Because of that, I would be sure and backup all my cloud data. If you’re running Microsoft 365, you’ve got OneDrive, you’ve got e-mail, you’ve got calendars and contacts. I would still back all of those things up, even though they’re in the cloud, because you don’t know what’s going to happen.

We had an instant not too long ago. It wasn’t one of the big ones, it was more like a second tier cloud provider, where a bunch of e-mail data was lost from that for that organization because that cloud provider lost it.

I would backup cloud data.

Backups are not that expensive. They are cheap anymore. If you wanna talk about backups, give us a call. We can help you figure that out.

But I would back up my cloud data so that it’s available someplace else besides just within the vendor’s cloud.

And probably the third thing I would do if I’m going to go and set up some kind of a cloud service, particularly in Google Cloud platform, AWS, Azure or even some kind of SaaS application, I would consider having a third party review. Get another set of eyes out there on it to look at it and to see whether or not we’ve done what we need to do to build out a security-first implementation in using that particular cloud platform.

Well, there’s no doubt cloud platforms have brought a lot of new availability to organizations and a lot of new capabilities to organizations. There are a lot of good things and I’m sure at all, I’m not saying don’t ever use the cloud, rather they’re part of life today and they can do a lot of good things.

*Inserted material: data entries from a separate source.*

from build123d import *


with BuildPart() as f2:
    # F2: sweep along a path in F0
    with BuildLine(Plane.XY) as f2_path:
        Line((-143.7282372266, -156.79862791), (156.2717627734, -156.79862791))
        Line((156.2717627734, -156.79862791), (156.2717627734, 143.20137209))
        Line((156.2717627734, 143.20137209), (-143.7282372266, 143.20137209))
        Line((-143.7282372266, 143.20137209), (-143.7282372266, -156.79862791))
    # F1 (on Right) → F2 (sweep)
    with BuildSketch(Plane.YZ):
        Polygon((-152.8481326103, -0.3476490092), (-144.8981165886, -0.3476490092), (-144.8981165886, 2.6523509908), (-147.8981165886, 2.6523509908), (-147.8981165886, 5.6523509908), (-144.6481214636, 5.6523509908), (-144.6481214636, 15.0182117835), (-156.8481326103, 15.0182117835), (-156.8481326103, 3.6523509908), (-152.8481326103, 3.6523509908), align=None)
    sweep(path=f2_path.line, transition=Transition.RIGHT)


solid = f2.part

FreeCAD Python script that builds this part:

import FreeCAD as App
import Part
import Sketcher

V = App.Vector
Q = App.Units.Quantity

doc = App.newDocument("Part")
body = doc.addObject("PartDesign::Body", "Body")

# Sketch on YZ plane
sketch1 = body.newObject("Sketcher::SketchObject", "Sketch")
sketch1.AttachmentSupport = (doc.getObject("YZ_Plane"), [""])
sketch1.MapMode = "FlatFace"
sketch1.addGeometry([
    Part.LineSegment(V(-152.8, -0.3, 0), V(-144.9, -0.3, 0)),  # 0
    Part.LineSegment(V(-144.9, -0.3, 0), V(-144.9, 2.7, 0)),  # 1
    Part.LineSegment(V(-144.9, 2.7, 0), V(-147.9, 2.7, 0)),  # 2
    Part.LineSegment(V(-147.9, 2.7, 0), V(-147.9, 5.7, 0)),  # 3
    Part.LineSegment(V(-147.9, 5.7, 0), V(-144.6, 5.7, 0)),  # 4
    Part.LineSegment(V(-144.6, 5.7, 0), V(-144.6, 15, 0)),  # 5
    Part.LineSegment(V(-144.6, 15, 0), V(-156.8, 15, 0)),  # 6
    Part.LineSegment(V(-156.8, 15, 0), V(-156.8, 3.7, 0)),  # 7
    Part.LineSegment(V(-156.8, 3.7, 0), V(-152.8, 3.7, 0)),  # 8
    Part.LineSegment(V(-152.8, 3.7, 0), V(-152.8, -0.3, 0)),  # 9
], False)
sketch1.addConstraint([
    Sketcher.Constraint("Coincident", 0, 2, 1, 1),
    Sketcher.Constraint("Coincident", 1, 2, 2, 1),
    Sketcher.Constraint("Coincident", 2, 2, 3, 1),
    Sketcher.Constraint("Coincident", 3, 2, 4, 1),
    Sketcher.Constraint("Coincident", 4, 2, 5, 1),
    Sketcher.Constraint("Coincident", 5, 2, 6, 1),
    Sketcher.Constraint("Coincident", 6, 2, 7, 1),
    Sketcher.Constraint("Coincident", 7, 2, 8, 1),
    Sketcher.Constraint("Coincident", 8, 2, 9, 1),
    Sketcher.Constraint("Coincident", 9, 2, 0, 1),
    Sketcher.Constraint("Horizontal", 0),
    Sketcher.Constraint("Vertical", 1),
    Sketcher.Constraint("Horizontal", 2),
    Sketcher.Constraint("Vertical", 3),
    Sketcher.Constraint("Horizontal", 4),
    Sketcher.Constraint("Vertical", 5),
    Sketcher.Constraint("Horizontal", 6),
    Sketcher.Constraint("Vertical", 7),
    Sketcher.Constraint("Horizontal", 8),
    Sketcher.Constraint("Vertical", 9),
    Sketcher.Constraint("Equal", 2, 1),
    Sketcher.Constraint("Equal", 1, 3),
    Sketcher.Constraint("Equal", 8, 9),
    Sketcher.Constraint("DistanceX", 2, 2, 2, 1, Q("3 mm")),
    Sketcher.Constraint("DistanceX", 8, 1, 8, 2, Q("4 mm")),
    Sketcher.Constraint("DistanceX", 6, 2, 6, 1, Q("12.200011 mm")),
    Sketcher.Constraint("DistanceY", 5, 1, 5, 2, Q("9.365861 mm")),
    Sketcher.Constraint("DistanceX", 0, 1, 0, 2, Q("7.950016 mm")),
    Sketcher.Constraint("DistanceY", 0, 2, -1, 1, Q("0.347649 mm")),
    Sketcher.Constraint("DistanceX", 4, 2, -1, 1, Q("144.648121 mm")),
])

# Sketch on XY plane
sketch2 = body.newObject("Sketcher::SketchObject", "Sketch001")
sketch2.AttachmentSupport = (doc.getObject("XY_Plane"), [""])
sketch2.MapMode = "FlatFace"
sketch2.addGeometry([
    Part.LineSegment(V(-144, -157, 0), V(156, -157, 0)),
    Part.LineSegment(V(156, -157, 0), V(156, 143, 0)),
    Part.LineSegment(V(156, 143, 0), V(-144, 143, 0)),
    Part.LineSegment(V(-144, 143, 0), V(-144, -157, 0)),
], False)
sketch2.addConstraint([
    Sketcher.Constraint("Coincident", 0, 2, 1, 1),
    Sketcher.Constraint("Coincident", 1, 2, 2, 1),
    Sketcher.Constraint("Coincident", 2, 2, 3, 1),
    Sketcher.Constraint("Coincident", 3, 2, 0, 1),
    Sketcher.Constraint("Horizontal", 0),
    Sketcher.Constraint("Vertical", 1),
    Sketcher.Constraint("Horizontal", 2),
    Sketcher.Constraint("Vertical", 3),
    Sketcher.Constraint("Equal", 2, 1),
    Sketcher.Constraint("DistanceX", 0, 1, 0, 2, Q("300 mm")),
    Sketcher.Constraint("DistanceX", -1, 1, 0, 2, Q("156.271763 mm")),
    Sketcher.Constraint("DistanceY", 0, 2, -1, 1, Q("156.798628 mm")),
])
doc.recompute()

additivepipe = body.newObject("PartDesign::AdditivePipe", "AdditivePipe")
additivepipe.Profile = sketch1
additivepipe.Spine = (sketch2, ["Edge1", "Edge2", "Edge3", "Edge4"])
additivepipe.Transition = "Right corner"

doc.recompute()
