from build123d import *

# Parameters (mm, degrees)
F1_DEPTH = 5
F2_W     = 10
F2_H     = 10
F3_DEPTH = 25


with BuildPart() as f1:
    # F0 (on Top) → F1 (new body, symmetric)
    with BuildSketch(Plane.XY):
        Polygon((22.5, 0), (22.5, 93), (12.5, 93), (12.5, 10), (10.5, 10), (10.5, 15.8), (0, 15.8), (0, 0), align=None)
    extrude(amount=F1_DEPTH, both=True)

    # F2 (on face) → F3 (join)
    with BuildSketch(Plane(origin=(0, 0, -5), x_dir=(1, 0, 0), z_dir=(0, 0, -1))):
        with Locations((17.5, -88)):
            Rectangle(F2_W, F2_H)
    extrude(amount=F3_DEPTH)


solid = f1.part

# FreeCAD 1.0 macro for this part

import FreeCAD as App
import Part
import Sketcher
from FreeCAD import Vector

doc = App.newDocument("Part")
body = doc.addObject("PartDesign::Body", "Body")

# Sketch on XY plane
sketch1 = doc.addObject("Sketcher::SketchObject", "Sketch")
body.addObject(sketch1)
sketch1.AttachmentSupport = (doc.XY_Plane, [""])
sketch1.MapMode = "FlatFace"
sketch1.addGeometry([
    Part.LineSegment(Vector(22.5, 0, 0), Vector(22.5, 93, 0)),  # 0
    Part.LineSegment(Vector(22.5, 93, 0), Vector(12.5, 93, 0)),  # 1
    Part.LineSegment(Vector(12.5, 93, 0), Vector(12.5, 10, 0)),  # 2
    Part.LineSegment(Vector(12.5, 10, 0), Vector(10.5, 10, 0)),  # 3
    Part.LineSegment(Vector(10.5, 10, 0), Vector(10.5, 15.8, 0)),  # 4
    Part.LineSegment(Vector(10.5, 15.8, 0), Vector(0, 15.8, 0)),  # 5
    Part.LineSegment(Vector(0, 15.8, 0), Vector(0, 0, 0)),  # 6
    Part.LineSegment(Vector(0, 0, 0), Vector(22.5, 0, 0)),  # 7
], False)
sketch1.addConstraint([
    Sketcher.Constraint("Coincident", 0, 2, 1, 1),
    Sketcher.Constraint("Coincident", 1, 2, 2, 1),
    Sketcher.Constraint("Coincident", 2, 2, 3, 1),
    Sketcher.Constraint("Coincident", 3, 2, 4, 1),
    Sketcher.Constraint("Coincident", 4, 2, 5, 1),
    Sketcher.Constraint("Coincident", 5, 2, 6, 1),
    Sketcher.Constraint("Coincident", 6, 2, 7, 1),
    Sketcher.Constraint("Coincident", 7, 2, 0, 1),
    Sketcher.Constraint("Vertical", 0),
    Sketcher.Constraint("Horizontal", 1),
    Sketcher.Constraint("Vertical", 2),
    Sketcher.Constraint("Horizontal", 3),
    Sketcher.Constraint("Vertical", 4),
    Sketcher.Constraint("Horizontal", 5),
    Sketcher.Constraint("Vertical", 6),
    Sketcher.Constraint("Horizontal", 7),
    Sketcher.Constraint("Coincident", 6, 2, -1, 1),
    Sketcher.Constraint("DistanceX", 1, 2, 1, 1, 10.0),
    Sketcher.Constraint("DistanceX", 3, 2, 3, 1, 2.0),
    Sketcher.Constraint("DistanceY", 0, 1, 0, 2, 93.0),
    Sketcher.Constraint("DistanceY", 2, 2, 2, 1, 83.0),
    Sketcher.Constraint("DistanceX", 5, 2, 5, 1, 10.5),
    Sketcher.Constraint("DistanceY", 4, 1, 4, 2, 5.8),
])
pad1 = doc.addObject("PartDesign::Pad", "Pad")
body.addObject(pad1)
pad1.Profile = sketch1
pad1.Length = 10
pad1.Midplane = True

# Sketch on XY plane
sketch2 = doc.addObject("Sketcher::SketchObject", "Sketch001")
body.addObject(sketch2)
sketch2.AttachmentSupport = (doc.XY_Plane, [""])
sketch2.MapMode = "FlatFace"
sketch2.AttachmentOffset = App.Placement(Vector(0, 0, -5), App.Rotation())
sketch2.addGeometry([
    Part.LineSegment(Vector(12, 83, 0), Vector(12, 93, 0)),
    Part.LineSegment(Vector(12, 93, 0), Vector(22, 93, 0)),
    Part.LineSegment(Vector(22, 93, 0), Vector(22, 83, 0)),
    Part.LineSegment(Vector(22, 83, 0), Vector(12, 83, 0)),
], False)
sketch2.addConstraint([
    Sketcher.Constraint("Coincident", 0, 2, 1, 1),
    Sketcher.Constraint("Coincident", 1, 2, 2, 1),
    Sketcher.Constraint("Coincident", 2, 2, 3, 1),
    Sketcher.Constraint("Coincident", 3, 2, 0, 1),
    Sketcher.Constraint("Vertical", 0),
    Sketcher.Constraint("Horizontal", 1),
    Sketcher.Constraint("Vertical", 2),
    Sketcher.Constraint("Horizontal", 3),
    Sketcher.Constraint("Equal", 3, 0),
    Sketcher.Constraint("DistanceX", 1, 1, 1, 2, 10.0),
    Sketcher.Constraint("DistanceY", -1, 1, 0, 2, 93.0),
    Sketcher.Constraint("DistanceX", -1, 1, 0, 2, 12.5),
])
pad2 = doc.addObject("PartDesign::Pad", "Pad001")
body.addObject(pad2)
pad2.Profile = sketch2
pad2.Length = 25
pad2.Reversed = True

doc.recompute()
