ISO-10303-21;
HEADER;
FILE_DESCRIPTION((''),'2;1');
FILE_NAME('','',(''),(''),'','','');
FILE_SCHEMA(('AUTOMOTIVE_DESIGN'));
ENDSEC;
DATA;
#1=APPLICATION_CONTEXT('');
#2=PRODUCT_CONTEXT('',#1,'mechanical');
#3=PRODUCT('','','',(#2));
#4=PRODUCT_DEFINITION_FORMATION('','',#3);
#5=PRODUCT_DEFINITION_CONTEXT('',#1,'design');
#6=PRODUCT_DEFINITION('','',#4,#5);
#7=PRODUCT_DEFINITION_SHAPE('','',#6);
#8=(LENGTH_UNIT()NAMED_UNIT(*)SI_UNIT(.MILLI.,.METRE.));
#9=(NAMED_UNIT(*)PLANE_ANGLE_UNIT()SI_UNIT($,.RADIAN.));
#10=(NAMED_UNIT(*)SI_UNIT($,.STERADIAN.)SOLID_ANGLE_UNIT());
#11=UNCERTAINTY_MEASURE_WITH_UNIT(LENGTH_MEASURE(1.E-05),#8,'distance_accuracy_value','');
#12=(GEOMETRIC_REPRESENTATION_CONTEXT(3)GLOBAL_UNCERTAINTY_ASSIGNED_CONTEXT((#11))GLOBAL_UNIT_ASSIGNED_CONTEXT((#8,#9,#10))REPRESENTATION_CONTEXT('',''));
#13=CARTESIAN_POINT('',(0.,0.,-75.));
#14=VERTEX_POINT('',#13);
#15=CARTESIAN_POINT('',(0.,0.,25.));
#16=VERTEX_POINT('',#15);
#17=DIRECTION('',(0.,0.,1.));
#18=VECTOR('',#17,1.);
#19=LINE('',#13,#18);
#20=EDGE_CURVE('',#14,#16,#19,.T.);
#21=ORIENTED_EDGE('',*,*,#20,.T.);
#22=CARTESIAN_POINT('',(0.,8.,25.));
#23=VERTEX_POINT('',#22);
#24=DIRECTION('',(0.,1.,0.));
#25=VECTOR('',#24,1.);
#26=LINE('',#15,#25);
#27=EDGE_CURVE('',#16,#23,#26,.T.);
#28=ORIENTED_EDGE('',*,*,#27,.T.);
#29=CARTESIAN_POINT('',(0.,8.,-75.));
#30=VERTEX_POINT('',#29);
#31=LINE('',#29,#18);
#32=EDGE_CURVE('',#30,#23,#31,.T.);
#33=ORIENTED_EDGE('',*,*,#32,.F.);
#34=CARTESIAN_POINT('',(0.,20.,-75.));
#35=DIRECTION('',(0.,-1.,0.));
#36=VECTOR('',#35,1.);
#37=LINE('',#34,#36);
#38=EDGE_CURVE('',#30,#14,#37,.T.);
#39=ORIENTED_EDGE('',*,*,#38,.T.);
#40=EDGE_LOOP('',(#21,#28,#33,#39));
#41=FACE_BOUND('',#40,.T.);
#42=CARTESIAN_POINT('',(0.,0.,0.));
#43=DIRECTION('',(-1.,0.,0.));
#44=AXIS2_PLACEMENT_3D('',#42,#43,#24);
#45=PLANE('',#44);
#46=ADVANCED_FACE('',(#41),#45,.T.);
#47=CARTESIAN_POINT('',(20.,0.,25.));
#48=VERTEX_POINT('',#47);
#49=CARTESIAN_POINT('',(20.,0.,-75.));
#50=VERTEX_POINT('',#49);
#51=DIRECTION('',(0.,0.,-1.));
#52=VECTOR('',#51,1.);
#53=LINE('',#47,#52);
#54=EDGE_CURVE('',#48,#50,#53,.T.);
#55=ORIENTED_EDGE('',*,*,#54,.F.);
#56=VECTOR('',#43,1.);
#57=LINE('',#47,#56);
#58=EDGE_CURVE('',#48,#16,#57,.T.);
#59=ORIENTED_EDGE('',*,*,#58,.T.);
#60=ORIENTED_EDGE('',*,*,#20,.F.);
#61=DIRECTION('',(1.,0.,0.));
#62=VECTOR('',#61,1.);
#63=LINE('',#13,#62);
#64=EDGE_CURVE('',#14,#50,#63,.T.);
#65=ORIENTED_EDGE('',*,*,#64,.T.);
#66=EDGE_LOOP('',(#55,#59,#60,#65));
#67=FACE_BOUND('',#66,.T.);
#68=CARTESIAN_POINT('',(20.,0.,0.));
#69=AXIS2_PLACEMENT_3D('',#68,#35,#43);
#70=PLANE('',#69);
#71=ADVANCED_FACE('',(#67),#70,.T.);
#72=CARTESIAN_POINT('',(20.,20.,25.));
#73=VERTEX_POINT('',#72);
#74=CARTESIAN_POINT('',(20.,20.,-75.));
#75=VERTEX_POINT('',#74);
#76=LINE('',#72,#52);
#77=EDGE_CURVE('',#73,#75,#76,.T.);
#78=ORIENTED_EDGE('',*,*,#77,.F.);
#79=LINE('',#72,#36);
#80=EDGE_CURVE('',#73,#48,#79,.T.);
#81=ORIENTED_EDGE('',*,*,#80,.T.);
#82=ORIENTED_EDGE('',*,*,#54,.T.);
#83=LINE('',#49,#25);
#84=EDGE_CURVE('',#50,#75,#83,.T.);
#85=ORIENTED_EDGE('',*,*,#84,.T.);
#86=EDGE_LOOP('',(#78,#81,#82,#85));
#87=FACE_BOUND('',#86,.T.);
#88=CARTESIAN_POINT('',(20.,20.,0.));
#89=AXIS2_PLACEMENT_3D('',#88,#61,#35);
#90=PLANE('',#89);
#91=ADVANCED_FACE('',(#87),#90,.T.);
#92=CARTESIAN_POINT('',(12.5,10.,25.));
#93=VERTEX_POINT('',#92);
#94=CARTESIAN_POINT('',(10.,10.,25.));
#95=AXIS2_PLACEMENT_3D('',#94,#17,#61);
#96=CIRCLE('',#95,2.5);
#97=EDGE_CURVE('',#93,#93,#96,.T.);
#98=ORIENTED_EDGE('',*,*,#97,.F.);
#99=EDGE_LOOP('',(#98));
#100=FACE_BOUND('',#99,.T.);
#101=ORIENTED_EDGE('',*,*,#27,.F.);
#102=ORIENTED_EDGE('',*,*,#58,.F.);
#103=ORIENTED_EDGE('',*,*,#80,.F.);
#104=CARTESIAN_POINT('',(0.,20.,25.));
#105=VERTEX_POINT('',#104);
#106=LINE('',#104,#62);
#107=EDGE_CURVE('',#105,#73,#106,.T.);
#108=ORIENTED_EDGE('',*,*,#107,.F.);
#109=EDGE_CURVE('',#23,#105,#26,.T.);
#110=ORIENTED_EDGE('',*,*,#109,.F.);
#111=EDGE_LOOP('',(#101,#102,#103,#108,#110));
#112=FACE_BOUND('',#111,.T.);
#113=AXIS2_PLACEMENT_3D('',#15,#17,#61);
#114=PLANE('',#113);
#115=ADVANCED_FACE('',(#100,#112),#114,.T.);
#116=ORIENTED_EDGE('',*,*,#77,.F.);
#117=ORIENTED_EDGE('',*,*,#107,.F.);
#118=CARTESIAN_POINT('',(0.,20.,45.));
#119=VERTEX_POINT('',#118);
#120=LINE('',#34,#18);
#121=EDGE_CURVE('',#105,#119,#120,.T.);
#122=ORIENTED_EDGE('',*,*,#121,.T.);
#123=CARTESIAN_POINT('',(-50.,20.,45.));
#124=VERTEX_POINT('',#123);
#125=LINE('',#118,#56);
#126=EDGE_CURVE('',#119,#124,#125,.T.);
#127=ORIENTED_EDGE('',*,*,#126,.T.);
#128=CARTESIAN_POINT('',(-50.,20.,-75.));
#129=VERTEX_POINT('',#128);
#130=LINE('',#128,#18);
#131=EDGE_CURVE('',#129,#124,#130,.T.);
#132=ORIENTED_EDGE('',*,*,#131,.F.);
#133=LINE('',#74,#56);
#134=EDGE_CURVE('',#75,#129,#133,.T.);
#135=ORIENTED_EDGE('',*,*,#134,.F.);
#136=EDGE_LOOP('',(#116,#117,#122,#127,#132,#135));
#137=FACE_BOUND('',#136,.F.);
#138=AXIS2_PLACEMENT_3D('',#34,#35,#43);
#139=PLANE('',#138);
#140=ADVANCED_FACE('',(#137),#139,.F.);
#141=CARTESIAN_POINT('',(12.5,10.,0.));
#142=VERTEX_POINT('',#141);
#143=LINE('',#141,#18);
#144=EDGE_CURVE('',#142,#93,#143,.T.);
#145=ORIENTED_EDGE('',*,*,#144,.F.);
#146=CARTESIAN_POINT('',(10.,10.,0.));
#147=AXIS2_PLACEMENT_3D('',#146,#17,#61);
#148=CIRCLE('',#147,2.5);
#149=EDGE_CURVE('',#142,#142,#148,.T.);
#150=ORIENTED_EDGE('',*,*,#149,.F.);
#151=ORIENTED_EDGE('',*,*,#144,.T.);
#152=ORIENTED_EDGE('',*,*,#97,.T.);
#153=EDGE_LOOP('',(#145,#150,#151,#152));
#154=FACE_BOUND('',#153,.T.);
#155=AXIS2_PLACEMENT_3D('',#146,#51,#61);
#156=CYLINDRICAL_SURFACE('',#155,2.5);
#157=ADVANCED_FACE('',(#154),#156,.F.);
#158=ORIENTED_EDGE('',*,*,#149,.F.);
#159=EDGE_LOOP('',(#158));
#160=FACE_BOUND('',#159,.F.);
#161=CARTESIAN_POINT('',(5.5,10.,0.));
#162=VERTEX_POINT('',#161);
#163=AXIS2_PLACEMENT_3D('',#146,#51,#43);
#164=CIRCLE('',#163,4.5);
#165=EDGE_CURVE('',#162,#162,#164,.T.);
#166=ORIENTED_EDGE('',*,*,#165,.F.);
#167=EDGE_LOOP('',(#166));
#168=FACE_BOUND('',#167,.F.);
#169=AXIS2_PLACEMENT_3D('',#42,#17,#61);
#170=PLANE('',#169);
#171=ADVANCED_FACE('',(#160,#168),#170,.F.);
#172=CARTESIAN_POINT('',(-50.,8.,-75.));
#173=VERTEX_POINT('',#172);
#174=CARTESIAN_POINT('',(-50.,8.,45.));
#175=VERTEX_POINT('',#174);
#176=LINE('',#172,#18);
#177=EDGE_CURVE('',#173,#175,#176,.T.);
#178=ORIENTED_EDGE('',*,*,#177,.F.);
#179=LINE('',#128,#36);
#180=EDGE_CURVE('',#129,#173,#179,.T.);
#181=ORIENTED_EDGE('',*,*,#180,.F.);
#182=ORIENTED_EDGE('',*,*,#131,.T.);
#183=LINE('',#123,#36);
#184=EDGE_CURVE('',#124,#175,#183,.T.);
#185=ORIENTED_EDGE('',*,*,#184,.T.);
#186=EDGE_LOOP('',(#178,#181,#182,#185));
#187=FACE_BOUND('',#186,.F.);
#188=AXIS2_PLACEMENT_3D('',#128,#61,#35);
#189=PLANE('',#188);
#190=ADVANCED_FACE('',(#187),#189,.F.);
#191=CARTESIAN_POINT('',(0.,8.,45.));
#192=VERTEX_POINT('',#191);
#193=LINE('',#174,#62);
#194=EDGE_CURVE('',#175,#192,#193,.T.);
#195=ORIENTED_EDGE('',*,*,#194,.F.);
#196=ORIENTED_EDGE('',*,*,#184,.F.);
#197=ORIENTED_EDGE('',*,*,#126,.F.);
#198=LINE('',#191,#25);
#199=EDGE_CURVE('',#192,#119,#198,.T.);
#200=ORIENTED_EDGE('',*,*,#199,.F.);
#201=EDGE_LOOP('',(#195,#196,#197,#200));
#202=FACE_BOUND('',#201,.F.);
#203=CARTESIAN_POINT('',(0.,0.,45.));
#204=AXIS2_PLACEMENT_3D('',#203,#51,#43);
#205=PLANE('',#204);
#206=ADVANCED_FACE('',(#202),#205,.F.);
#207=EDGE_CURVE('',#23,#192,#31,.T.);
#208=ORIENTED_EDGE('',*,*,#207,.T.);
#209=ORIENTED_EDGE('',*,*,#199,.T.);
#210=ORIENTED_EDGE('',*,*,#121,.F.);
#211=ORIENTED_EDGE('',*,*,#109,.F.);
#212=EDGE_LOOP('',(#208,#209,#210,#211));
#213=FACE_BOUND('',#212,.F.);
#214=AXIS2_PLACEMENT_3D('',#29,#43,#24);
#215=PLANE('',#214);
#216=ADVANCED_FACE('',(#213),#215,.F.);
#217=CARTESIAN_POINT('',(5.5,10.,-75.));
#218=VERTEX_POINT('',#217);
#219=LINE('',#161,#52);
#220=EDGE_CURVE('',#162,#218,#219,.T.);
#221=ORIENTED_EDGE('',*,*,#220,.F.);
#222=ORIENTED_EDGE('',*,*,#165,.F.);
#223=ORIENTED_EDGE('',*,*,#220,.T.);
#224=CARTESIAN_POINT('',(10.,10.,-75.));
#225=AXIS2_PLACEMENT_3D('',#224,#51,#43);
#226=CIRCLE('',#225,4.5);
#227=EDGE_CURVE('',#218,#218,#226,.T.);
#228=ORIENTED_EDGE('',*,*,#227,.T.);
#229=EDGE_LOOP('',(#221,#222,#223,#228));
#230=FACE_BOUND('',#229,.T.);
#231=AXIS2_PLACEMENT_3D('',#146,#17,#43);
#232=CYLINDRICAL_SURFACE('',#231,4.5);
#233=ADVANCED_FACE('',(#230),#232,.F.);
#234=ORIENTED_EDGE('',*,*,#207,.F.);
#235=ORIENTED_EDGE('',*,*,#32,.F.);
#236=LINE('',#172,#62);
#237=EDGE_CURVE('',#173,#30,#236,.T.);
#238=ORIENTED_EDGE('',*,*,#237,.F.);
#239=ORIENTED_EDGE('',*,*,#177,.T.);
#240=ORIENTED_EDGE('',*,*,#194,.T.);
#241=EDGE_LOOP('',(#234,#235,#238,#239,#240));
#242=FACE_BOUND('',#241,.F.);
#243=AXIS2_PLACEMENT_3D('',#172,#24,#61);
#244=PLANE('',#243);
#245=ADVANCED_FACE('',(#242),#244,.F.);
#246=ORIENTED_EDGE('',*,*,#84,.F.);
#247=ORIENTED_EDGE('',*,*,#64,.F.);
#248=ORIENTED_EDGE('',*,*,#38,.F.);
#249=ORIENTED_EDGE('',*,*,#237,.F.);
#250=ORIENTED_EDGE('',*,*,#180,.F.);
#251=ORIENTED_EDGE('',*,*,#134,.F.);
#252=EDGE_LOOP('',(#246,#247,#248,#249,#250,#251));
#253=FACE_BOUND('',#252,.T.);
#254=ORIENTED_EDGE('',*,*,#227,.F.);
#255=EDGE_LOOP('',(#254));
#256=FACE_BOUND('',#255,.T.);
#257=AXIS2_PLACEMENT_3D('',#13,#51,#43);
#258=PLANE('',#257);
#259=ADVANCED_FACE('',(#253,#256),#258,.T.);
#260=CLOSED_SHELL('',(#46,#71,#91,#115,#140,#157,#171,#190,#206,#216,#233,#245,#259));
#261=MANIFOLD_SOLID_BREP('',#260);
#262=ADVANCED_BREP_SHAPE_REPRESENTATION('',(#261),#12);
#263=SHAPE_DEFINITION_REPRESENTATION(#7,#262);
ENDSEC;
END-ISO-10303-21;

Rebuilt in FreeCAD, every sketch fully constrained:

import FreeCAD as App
import Part
import Sketcher

V = App.Vector

doc = App.newDocument("Part")
body = doc.addObject("PartDesign::Body", "Body")

# Sketch on XY plane
sketch1 = body.newObject("Sketcher::SketchObject", "Sketch")
sketch1.AttachmentSupport = (doc.getObject("XY_Plane"), [""])
sketch1.MapMode = "FlatFace"
sketch1.addGeometry([
    Part.LineSegment(V(20, 20, 0), V(0, 20, 0)),  # 0
    Part.LineSegment(V(0, 20, 0), V(0, 0, 0)),  # 1
    Part.LineSegment(V(0, 0, 0), V(20, 0, 0)),  # 2
    Part.LineSegment(V(20, 0, 0), V(20, 20, 0)),  # 3
    Part.Circle(V(10, 10, 0), V(0, 0, 1), 2.5),  # 4
], False)
sketch1.addConstraint([
    Sketcher.Constraint("Coincident", 0, 2, 1, 1),
    Sketcher.Constraint("Coincident", 1, 2, 2, 1),
    Sketcher.Constraint("Coincident", 2, 2, 3, 1),
    Sketcher.Constraint("Coincident", 3, 2, 0, 1),
    Sketcher.Constraint("Horizontal", 0),
    Sketcher.Constraint("Vertical", 1),
    Sketcher.Constraint("Horizontal", 2),
    Sketcher.Constraint("Vertical", 3),
    Sketcher.Constraint("Coincident", 1, 2, -1, 1),
    Sketcher.Constraint("Equal", 2, 1),
    Sketcher.Constraint("Diameter", 4, 5.0),
    Sketcher.Constraint("DistanceX", 0, 2, 0, 1, 20.0),
    Sketcher.Constraint("DistanceX", -1, 1, 4, 3, 10.0),
    Sketcher.Constraint("DistanceY", -1, 1, 4, 3, 10.0),
])
pad1 = body.newObject("PartDesign::Pad", "Pad")
pad1.Profile = sketch1
pad1.Length = 25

But as you do it, let me encourage you to think through. Don’t just assume because clouds are so easy to use, that they’re safe and they’re secure. And automatically everything’s fine.

It’s not.

And many times the responsibility is on you to configure things and get it right so that your data is secured. If you end up with questions about how to do this, feel free to get in contact with us. You can see some e-mail address, phone number. We’d love to hear from you.

If you’re watching this later on YouTube or something, feel free to contact us if you have questions and we’d be happy to discuss with you as we would love to help you learn to get your digital clouds under control so that all of the data from your organization is secure and they’re running in an environment with security first.

All right.

Hey everybody. Thank you very much for stopping by and watching this.

We appreciate it.

We’ll see you next month on the next episode. All right, goodbye.